Parallelism vs. concurrency  

Before we begin, let’s clarify two terms that are similar, yet distinct: “parallelism” and “concurrency”. Many definitions for them exist; I’m using them as follows:

  • Parallelism (parallel vs. serial): execute multiple tasks simultaneously
  • Concurrency (concurrent vs. sequential): execute several tasks during overlapping periods of time (and not one after another).

Both are closely related, but not the same:

  • Parallelism without concurrency: single instruction, multiple data (SIMD). Multiple computations happen in parallel, but only a single task (instruction) is executed at any given moment.
  • Concurrency without parallelism: multitasking via time-sharing on a single-core CPU.

However, it is difficult to use these terms precisely, which is why interchanging them is usually not a problem.

Models of parallelism  

Two models of parallelism are:

  • Data parallelism: The same piece of code is executed several times in parallel. The instances operate on different elements of the same dataset. For example: MapReduce is a data-parallel programming model.

  • Task parallelism: Different pieces of code are executed in parallel. Examples: web workers and the Unix model of spawning processes.

A history of JS parallelism  

  • JavaScript started as being executed in a single thread. Some tasks could be performed asynchronously: browsers usually ran those tasks in separate threads and later fed their results back into the single thread, via callbacks.

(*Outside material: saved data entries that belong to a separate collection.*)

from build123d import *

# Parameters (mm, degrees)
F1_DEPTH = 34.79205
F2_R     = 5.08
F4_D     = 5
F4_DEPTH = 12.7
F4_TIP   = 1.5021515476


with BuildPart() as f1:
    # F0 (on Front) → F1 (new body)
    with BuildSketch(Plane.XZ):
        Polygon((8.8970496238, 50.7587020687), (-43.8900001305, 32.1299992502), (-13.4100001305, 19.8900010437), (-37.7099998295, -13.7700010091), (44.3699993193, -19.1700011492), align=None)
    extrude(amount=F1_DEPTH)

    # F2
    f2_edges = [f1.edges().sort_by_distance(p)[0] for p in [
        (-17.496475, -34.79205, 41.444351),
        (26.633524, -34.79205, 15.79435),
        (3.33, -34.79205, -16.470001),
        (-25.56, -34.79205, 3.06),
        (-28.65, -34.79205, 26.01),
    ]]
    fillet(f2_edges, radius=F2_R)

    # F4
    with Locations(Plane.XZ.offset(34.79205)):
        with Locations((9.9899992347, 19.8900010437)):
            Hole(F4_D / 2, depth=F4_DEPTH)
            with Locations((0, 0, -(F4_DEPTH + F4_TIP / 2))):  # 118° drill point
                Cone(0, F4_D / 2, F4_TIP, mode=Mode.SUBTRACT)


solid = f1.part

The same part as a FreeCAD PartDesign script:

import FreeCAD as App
import Part
import Sketcher

V = App.Vector
Q = App.Units.Quantity


def edges_at(feature, points):
    """Names of the edges that pass closest to the given points."""
    edges = feature.Shape.Edges
    near = lambda p: min(range(len(edges)), key=lambda i: edges[i].distToShape(Part.Vertex(*p))[0])
    return sorted({f"Edge{near(p) + 1}" for p in points})

doc = App.newDocument("Part")
params = doc.addObject("Spreadsheet::Sheet", "Params")
for row, (alias, value) in enumerate([
    ("pad1_length", "34.79205 mm"),
    ("fillet_radius", "0.2 in"),
    ("hole_diameter", "5 mm"),
    ("hole_depth", "0.5 in"),
], start=1):
    params.set(f"A{row}", alias)
    params.set(f"B{row}", "=" + value)
    params.setAlias(f"B{row}", alias)

body = doc.addObject("PartDesign::Body", "Body")

# Sketch on XZ plane
sketch1 = body.newObject("Sketcher::SketchObject", "Sketch")
sketch1.AttachmentSupport = (doc.getObject("XZ_Plane"), [""])
sketch1.MapMode = "FlatFace"
sketch1.addGeometry([
    Part.LineSegment(V(8.89705, 50.758702, 0), V(-43.89, 32.129999, 0)),  # 0
    Part.LineSegment(V(-43.89, 32.129999, 0), V(-13.41, 19.890001, 0)),  # 1
    Part.LineSegment(V(-13.41, 19.890001, 0), V(-37.71, -13.770001, 0)),  # 2
    Part.LineSegment(V(-37.71, -13.770001, 0), V(44.369999, -19.170001, 0)),  # 3
    Part.LineSegment(V(44.369999, -19.170001, 0), V(8.89705, 50.758702, 0)),  # 4
], False)
sketch1.addConstraint([
    Sketcher.Constraint("Coincident", 0, 2, 1, 1),
    Sketcher.Constraint("Coincident", 1, 2, 2, 1),
    Sketcher.Constraint("Coincident", 2, 2, 3, 1),
    Sketcher.Constraint("Coincident", 3, 2, 4, 1),
    Sketcher.Constraint("Coincident", 4, 2, 0, 1),
    Sketcher.Constraint("DistanceX", 0, 2, 1, 2, Q("1.2 in")),
    Sketcher.Constraint("DistanceY", 2, 2, 4, 2, Q("2.5405001 in")),
    Sketcher.Constraint("DistanceX", 0, 2, -1, 1, 43.89),
    Sketcher.Constraint("DistanceY", -1, 1, 0, 2, 32.129999),
    Sketcher.Constraint("DistanceY", -1, 1, 1, 2, 19.890001),
    Sketcher.Constraint("DistanceX", 2, 2, -1, 1, 37.71),
    Sketcher.Constraint("DistanceY", 2, 2, -1, 1, 13.770001),
    Sketcher.Constraint("DistanceX", -1, 1, 3, 2, 44.369999),
    Sketcher.Constraint("DistanceY", 3, 2, -1, 1, 19.170001),
    Sketcher.Constraint("Distance", 4, 78.411439),
])
pad1 = body.newObject("PartDesign::Pad", "Pad")
pad1.Profile = sketch1
pad1.setExpression("Length", "Params.pad1_length")
doc.recompute()

fillet = body.newObject("PartDesign::Fillet", "Fillet")
fillet.Base = (pad1, edges_at(pad1, [
    (-17.496, -34.792, 41.444),
    (26.634, -34.792, 15.794),
    (3.33, -34.792, -16.47),
    (-25.56, -34.792, 3.06),
    (-28.65, -34.792, 26.01),
]))
fillet.setExpression("Radius", "Params.fillet_radius")

# Sketch on XZ plane
sketch2 = body.newObject("Sketcher::SketchObject", "Sketch001")
sketch2.AttachmentSupport = (doc.getObject("XZ_Plane"), [""])
sketch2.MapMode = "FlatFace"
sketch2.AttachmentOffset = App.Placement(V(0, 0, 34.79205), App.Rotation())
sketch2.addGeometry(Part.Circle(V(9.989999, 19.890001, 0), V(0, 0, 1), 2.5), False)
sketch2.addConstraint([
    Sketcher.Constraint("Diameter", 0, 5.0),
    Sketcher.Constraint("DistanceX", -1, 1, 0, 3, 9.989999),
    Sketcher.Constraint("DistanceY", -1, 1, 0, 3, 19.890001),
])
doc.recompute()
hole = body.newObject("PartDesign::Hole", "Hole")
hole.Profile = sketch2
hole.ThreadType = "None"
hole.setExpression("Diameter", "Params.hole_diameter")
hole.DepthType = "Dimension"
hole.setExpression("Depth", "Params.hole_depth")
hole.DrillPoint = "Angled"
hole.DrillPointAngle = 118

doc.recompute()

  • Web workers brought task parallelism to JavaScript: They are relatively heavweight processes. Each worker has its own global environment. By default, nothing is shared. Communication between workers (or between workers and the main thread) evolved:

    • At first, you could only send and receive strings.
    • Then, structured cloning was introduced: copies of data could be sent and received. Structured cloning works for most data (JSON data, Typed Arrays, regular expressions, Blob objects, ImageData objects, etc.). It can even handle cyclic references between objects correctly. However, error objects, function objects and DOM nodes cannot be cloned.
    • Transferables move data between workers: the sending party loses access as the receiving party gains access to data.
  • Computing on GPUs (which tend to do data parallelism well) via WebGL: It’s a bit of a hack and works as follows.

    • Input: your data, converted into an image (pixel by pixel).
    • Processing: OpenGL pixel shaders can perform arbitrary computations on GPUs. Your pixel shader transforms the input image.
    • Output: again an image that you can convert back to your kind of data.
  • SIMD (low-level data parallelism): is supported via the ECMAScript proposal SIMD.js. It allows you to perform operations (such as addition and square root) on several integers or floats at the same time.

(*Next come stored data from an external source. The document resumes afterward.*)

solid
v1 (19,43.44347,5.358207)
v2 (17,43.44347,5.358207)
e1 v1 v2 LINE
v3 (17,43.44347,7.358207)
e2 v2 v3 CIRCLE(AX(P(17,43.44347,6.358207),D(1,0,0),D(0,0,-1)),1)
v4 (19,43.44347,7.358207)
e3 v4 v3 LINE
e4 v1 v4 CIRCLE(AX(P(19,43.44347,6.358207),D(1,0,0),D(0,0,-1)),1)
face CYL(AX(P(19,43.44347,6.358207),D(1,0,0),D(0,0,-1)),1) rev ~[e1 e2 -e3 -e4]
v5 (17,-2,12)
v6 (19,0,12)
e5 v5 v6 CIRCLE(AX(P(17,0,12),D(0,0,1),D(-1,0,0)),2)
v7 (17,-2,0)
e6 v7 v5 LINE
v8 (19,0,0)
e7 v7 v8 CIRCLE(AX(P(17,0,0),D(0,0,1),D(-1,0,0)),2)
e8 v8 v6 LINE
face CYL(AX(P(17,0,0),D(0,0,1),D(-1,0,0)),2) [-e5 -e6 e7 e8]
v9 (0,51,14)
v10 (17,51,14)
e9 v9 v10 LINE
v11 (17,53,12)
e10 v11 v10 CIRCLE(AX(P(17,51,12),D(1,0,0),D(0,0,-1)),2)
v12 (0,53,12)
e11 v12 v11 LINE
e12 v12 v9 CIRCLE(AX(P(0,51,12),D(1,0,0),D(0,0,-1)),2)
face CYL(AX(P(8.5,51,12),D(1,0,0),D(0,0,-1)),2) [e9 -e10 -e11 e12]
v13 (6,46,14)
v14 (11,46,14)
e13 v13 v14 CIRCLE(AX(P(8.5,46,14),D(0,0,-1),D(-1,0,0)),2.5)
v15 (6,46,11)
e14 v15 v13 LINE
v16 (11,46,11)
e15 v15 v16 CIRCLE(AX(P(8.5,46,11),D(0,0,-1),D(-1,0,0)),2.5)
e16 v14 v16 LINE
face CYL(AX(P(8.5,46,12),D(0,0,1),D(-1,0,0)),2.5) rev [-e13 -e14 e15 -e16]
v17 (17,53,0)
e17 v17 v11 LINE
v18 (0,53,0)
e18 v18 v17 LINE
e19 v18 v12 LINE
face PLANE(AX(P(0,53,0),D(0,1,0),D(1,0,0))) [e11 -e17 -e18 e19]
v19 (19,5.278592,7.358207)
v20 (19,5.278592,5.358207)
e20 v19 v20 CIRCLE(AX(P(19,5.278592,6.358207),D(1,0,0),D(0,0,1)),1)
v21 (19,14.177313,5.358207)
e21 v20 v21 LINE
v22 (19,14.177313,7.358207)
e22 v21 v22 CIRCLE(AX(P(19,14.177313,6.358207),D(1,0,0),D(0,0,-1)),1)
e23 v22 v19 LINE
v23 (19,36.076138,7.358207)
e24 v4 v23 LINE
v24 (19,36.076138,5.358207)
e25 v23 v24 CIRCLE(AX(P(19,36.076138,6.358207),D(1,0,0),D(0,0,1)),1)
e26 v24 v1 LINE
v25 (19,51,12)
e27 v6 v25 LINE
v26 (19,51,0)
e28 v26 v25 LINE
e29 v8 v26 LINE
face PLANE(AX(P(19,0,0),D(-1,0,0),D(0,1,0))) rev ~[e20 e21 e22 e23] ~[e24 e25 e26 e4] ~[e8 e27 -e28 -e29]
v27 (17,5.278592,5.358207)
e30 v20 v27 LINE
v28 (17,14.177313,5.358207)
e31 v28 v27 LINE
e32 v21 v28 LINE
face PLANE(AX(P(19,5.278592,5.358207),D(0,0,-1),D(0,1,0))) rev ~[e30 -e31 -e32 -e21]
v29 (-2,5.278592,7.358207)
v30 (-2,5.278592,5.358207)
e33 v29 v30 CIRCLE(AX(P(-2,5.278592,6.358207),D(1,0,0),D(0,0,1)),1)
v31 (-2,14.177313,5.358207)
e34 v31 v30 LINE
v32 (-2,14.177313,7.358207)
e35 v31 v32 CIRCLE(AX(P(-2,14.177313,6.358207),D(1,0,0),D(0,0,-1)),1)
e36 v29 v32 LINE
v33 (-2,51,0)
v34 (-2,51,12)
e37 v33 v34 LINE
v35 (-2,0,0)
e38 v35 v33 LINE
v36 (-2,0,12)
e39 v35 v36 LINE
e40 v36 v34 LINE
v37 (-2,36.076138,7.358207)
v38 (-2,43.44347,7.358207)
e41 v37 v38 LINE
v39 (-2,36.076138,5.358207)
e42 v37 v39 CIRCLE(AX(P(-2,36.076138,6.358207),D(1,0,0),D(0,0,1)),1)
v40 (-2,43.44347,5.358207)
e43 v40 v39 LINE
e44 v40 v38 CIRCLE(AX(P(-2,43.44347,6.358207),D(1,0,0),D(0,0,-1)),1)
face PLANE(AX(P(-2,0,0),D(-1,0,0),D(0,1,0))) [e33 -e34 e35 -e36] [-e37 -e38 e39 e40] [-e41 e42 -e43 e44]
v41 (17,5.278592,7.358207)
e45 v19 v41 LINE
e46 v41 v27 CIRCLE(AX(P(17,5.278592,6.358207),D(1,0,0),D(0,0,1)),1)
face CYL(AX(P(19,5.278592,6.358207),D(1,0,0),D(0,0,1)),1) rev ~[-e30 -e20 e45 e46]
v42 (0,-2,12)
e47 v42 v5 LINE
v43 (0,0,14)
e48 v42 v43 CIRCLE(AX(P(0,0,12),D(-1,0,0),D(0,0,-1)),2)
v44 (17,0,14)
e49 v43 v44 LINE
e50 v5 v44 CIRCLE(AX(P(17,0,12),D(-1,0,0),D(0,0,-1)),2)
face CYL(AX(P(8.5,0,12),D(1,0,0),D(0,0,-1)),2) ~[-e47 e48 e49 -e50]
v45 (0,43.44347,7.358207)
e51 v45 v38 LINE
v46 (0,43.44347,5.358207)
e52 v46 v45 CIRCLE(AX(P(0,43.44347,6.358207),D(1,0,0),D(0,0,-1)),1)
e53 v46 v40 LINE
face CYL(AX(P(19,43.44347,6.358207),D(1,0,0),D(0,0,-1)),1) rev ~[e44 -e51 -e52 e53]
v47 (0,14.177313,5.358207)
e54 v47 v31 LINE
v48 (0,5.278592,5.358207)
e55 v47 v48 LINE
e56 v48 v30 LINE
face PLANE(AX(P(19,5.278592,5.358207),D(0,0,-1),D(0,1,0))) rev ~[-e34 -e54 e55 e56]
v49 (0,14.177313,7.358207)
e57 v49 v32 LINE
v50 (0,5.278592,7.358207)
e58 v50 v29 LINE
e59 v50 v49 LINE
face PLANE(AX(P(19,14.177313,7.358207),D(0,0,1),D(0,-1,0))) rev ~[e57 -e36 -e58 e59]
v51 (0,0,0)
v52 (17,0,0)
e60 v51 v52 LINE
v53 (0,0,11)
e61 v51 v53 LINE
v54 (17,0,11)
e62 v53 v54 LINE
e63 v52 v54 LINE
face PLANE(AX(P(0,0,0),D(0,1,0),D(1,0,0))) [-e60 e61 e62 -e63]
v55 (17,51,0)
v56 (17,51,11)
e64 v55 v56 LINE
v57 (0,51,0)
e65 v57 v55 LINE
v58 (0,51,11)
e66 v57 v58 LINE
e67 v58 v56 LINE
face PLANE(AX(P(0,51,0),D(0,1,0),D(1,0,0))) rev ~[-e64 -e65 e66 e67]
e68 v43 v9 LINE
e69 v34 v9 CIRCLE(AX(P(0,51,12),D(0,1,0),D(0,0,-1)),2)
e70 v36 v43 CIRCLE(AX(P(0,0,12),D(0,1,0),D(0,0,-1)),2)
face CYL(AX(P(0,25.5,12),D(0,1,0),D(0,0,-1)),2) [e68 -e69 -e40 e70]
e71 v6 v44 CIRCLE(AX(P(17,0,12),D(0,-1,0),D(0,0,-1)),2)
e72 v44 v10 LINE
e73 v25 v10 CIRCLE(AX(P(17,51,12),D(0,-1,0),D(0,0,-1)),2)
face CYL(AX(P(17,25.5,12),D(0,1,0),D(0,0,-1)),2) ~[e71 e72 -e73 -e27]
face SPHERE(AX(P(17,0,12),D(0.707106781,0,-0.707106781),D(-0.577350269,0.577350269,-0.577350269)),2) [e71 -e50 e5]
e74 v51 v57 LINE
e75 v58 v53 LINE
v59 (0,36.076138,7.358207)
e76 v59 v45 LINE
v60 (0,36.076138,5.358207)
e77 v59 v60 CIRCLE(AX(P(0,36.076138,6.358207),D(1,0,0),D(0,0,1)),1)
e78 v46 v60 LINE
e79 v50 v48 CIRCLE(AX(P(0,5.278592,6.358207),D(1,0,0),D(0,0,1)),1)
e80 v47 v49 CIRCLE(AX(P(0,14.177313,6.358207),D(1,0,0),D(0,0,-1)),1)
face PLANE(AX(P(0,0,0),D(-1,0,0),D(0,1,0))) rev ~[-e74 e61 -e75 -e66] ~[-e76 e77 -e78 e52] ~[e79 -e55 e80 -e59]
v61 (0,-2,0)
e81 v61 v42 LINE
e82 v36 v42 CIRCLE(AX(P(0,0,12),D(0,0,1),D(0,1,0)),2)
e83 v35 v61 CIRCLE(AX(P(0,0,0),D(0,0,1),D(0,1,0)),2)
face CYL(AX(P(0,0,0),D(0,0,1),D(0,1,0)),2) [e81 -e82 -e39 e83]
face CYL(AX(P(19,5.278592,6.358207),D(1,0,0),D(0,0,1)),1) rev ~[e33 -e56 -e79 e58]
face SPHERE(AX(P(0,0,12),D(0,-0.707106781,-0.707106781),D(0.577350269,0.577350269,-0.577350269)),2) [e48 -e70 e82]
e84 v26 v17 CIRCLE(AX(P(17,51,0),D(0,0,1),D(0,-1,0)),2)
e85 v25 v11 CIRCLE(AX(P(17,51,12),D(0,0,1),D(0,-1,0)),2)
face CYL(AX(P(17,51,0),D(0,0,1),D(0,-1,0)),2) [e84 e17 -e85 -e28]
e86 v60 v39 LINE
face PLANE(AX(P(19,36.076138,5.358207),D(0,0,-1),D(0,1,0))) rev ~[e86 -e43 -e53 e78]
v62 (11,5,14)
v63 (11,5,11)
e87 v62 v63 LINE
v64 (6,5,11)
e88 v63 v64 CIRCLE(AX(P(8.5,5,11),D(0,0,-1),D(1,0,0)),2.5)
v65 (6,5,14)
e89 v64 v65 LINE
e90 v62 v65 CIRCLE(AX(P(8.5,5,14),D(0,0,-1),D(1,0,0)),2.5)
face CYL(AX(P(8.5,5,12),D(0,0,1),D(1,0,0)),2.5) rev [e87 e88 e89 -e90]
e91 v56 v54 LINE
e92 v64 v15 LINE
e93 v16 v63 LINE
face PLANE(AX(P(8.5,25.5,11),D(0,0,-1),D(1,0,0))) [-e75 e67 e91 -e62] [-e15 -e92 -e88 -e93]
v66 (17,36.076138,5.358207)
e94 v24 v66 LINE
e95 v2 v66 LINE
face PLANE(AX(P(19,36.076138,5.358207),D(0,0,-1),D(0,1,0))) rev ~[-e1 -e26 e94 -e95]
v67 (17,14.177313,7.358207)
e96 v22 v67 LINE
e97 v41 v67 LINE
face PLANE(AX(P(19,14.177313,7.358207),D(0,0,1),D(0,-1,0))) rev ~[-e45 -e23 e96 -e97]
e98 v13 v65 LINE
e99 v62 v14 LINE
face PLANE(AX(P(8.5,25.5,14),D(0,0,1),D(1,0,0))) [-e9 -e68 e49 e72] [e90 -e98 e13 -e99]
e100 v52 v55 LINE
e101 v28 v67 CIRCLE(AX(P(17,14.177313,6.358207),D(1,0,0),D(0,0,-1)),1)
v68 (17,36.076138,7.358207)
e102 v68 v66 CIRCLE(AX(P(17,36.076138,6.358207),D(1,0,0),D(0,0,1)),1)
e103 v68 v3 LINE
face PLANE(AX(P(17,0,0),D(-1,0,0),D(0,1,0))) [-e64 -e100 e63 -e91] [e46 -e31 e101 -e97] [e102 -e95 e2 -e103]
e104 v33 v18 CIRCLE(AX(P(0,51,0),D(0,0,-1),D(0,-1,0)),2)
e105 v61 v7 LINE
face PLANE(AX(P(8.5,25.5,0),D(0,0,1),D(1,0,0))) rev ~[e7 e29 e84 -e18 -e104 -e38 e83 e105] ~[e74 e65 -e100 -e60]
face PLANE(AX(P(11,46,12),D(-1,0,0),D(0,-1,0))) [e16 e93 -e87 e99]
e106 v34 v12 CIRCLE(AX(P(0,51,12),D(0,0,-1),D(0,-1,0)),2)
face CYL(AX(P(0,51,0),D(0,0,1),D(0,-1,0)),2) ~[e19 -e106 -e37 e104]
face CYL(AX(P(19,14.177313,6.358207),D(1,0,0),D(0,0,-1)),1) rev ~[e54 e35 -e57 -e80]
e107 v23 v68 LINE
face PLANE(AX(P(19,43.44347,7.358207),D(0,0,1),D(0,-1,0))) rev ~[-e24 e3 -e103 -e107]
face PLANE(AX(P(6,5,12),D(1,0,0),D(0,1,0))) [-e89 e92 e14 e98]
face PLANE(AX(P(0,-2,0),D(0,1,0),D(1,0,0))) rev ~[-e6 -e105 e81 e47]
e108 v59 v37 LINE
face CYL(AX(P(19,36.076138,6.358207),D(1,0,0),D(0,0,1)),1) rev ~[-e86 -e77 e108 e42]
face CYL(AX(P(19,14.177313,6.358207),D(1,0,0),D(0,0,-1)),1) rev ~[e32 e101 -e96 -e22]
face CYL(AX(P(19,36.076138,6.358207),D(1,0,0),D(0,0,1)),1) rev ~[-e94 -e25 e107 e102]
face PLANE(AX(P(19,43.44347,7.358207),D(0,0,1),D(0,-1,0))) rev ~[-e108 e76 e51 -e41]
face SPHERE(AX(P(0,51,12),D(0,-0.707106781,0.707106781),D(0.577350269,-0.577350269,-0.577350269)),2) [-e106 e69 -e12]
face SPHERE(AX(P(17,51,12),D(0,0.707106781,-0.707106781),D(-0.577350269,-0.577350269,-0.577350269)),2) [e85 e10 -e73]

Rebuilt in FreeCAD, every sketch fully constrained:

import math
import FreeCAD as App
import Part
import Sketcher


def faces_at(feature, points):
    """Names of the faces that lie closest to the given points."""
    faces = feature.Shape.Faces
    near = lambda p: min(range(len(faces)), key=lambda i: faces[i].distToShape(Part.Vertex(*p))[0])
    return sorted({f"Face{near(p) + 1}" for p in points})


def add_polygon(sketch, points):
    """Adds a closed chain of lines whose ends are joined by coincident constraints."""
    first, n = sketch.GeometryCount, len(points)
    for a, b in zip(points, points[1:] + points[:1]):
        sketch.addGeometry(Part.LineSegment(App.Vector(*a, 0), App.Vector(*b, 0)), False)
    for i in range(n):
        sketch.addConstraint(Sketcher.Constraint("Coincident", first + i, 2, first + (i + 1) % n, 1))

doc = App.newDocument("Part")
body = doc.addObject("PartDesign::Body", "Body")

sketch1 = body.newObject("Sketcher::SketchObject", "Sketch")
sketch1.AttachmentSupport = (doc.getObject("XY_Plane"), [""])
sketch1.MapMode = "FlatFace"
add_polygon(sketch1, [(0, 51), (0, 0), (17, 0), (17, 51)])
sketch1.addConstraint([
    Sketcher.Constraint("Vertical", 0),
    Sketcher.Constraint("Horizontal", 1),
    Sketcher.Constraint("Vertical", 2),
    Sketcher.Constraint("Horizontal", 3),
    Sketcher.Constraint("Coincident", 0, 2, -1, 1),
    Sketcher.Constraint("DistanceX", 1, 1, 1, 2, 17.0),
    Sketcher.Constraint("DistanceY", 0, 2, 0, 1, 51.0),
])
pad1 = body.newObject("PartDesign::Pad", "Pad")
pad1.Profile = sketch1
pad1.Length = 12
doc.recompute()

thickness = body.newObject("PartDesign::Thickness", "Thickness")
thickness.Base = (pad1, faces_at(pad1, [(8.5, 25.5, 0)]))
thickness.Value = 2
thickness.Reversed = False
thickness.Join = "Arc"

sketch2 = body.newObject("Sketcher::SketchObject", "Sketch001")
sketch2.AttachmentSupport = (doc.getObject("XY_Plane"), [""])
sketch2.MapMode = "FlatFace"
sketch2.AttachmentOffset = App.Placement(App.Vector(0, 0, 12), App.Rotation())
sketch2.addGeometry([
    Part.ArcOfCircle(Part.Circle(App.Vector(8.5, 5, 0), App.Vector(0, 0, 1), 2.5), math.radians(180), math.radians(360)),
    Part.LineSegment(App.Vector(6, 5, 0), App.Vector(6, 46, 0)),
    Part.ArcOfCircle(Part.Circle(App.Vector(8.5, 46, 0), App.Vector(0, 0, 1), 2.5), math.radians(0), math.radians(180)),
    Part.LineSegment(App.Vector(11, 46, 0), App.Vector(11, 5, 0)),
], False)
sketch2.addConstraint([
    Sketcher.Constraint("Tangent", 0, 1, 1, 1),
    Sketcher.Constraint("Tangent", 1, 2, 2, 2),
    Sketcher.Constraint("Tangent", 2, 1, 3, 1),
    Sketcher.Constraint("Tangent", 3, 2, 0, 2),
    Sketcher.Constraint("Vertical", 1),
    Sketcher.Constraint("Vertical", 3),
    Sketcher.Constraint("Radius", 0, 2.5),
    Sketcher.Constraint("DistanceY", 1, 1, 1, 2, 41.0),
    Sketcher.Constraint("DistanceY", -1, 1, 0, 3, 5.0),
    Sketcher.Constraint("DistanceX", -1, 1, 0, 1, 6.0),
])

  • PJS (codenamed River Trail): the plan of this ultimately abandoned project was to bring high-level data parallelism (think map-reduce via pure functions) to JavaScript. However, there was not enough interest from developers and engine implementers. Without implementations, one could not experiment with this API, because it can’t be polyfilled. On 2015-01-05, Lars T. Hansen announced that an experimental implementation was going to be removed from Firefox.

The next step: SharedArrayBuffer  

What’s next? For low-level parallelism, the direction is quite clear: support SIMD and GPUs as well as possible. However, for high-level parallelism, things are much less clear, especially after the failure of PJS.

What is needed is a way to try out many approaches, to find out how to best bring high-level parallelism to JavaScript. Following the principles of the extensible web manifesto, the proposal “shared memory and atomics” (a.k.a. “Shared Array Buffers”) does so by providing low-level primitives that can be used to implement higher-level constructs.

Shared Array Buffers  

Shared Array Buffers are a primitive building block for higher-level concurrency abstractions. They allow you to share the bytes of a SharedArrayBuffer object between multiple workers and the main thread (the buffer is shared, to access the bytes, wrap it in a Typed Array). This kind of sharing has two benefits:

  • You can share data between workers more quickly.
  • Coordination between workers becomes simpler and faster (compared to postMessage()).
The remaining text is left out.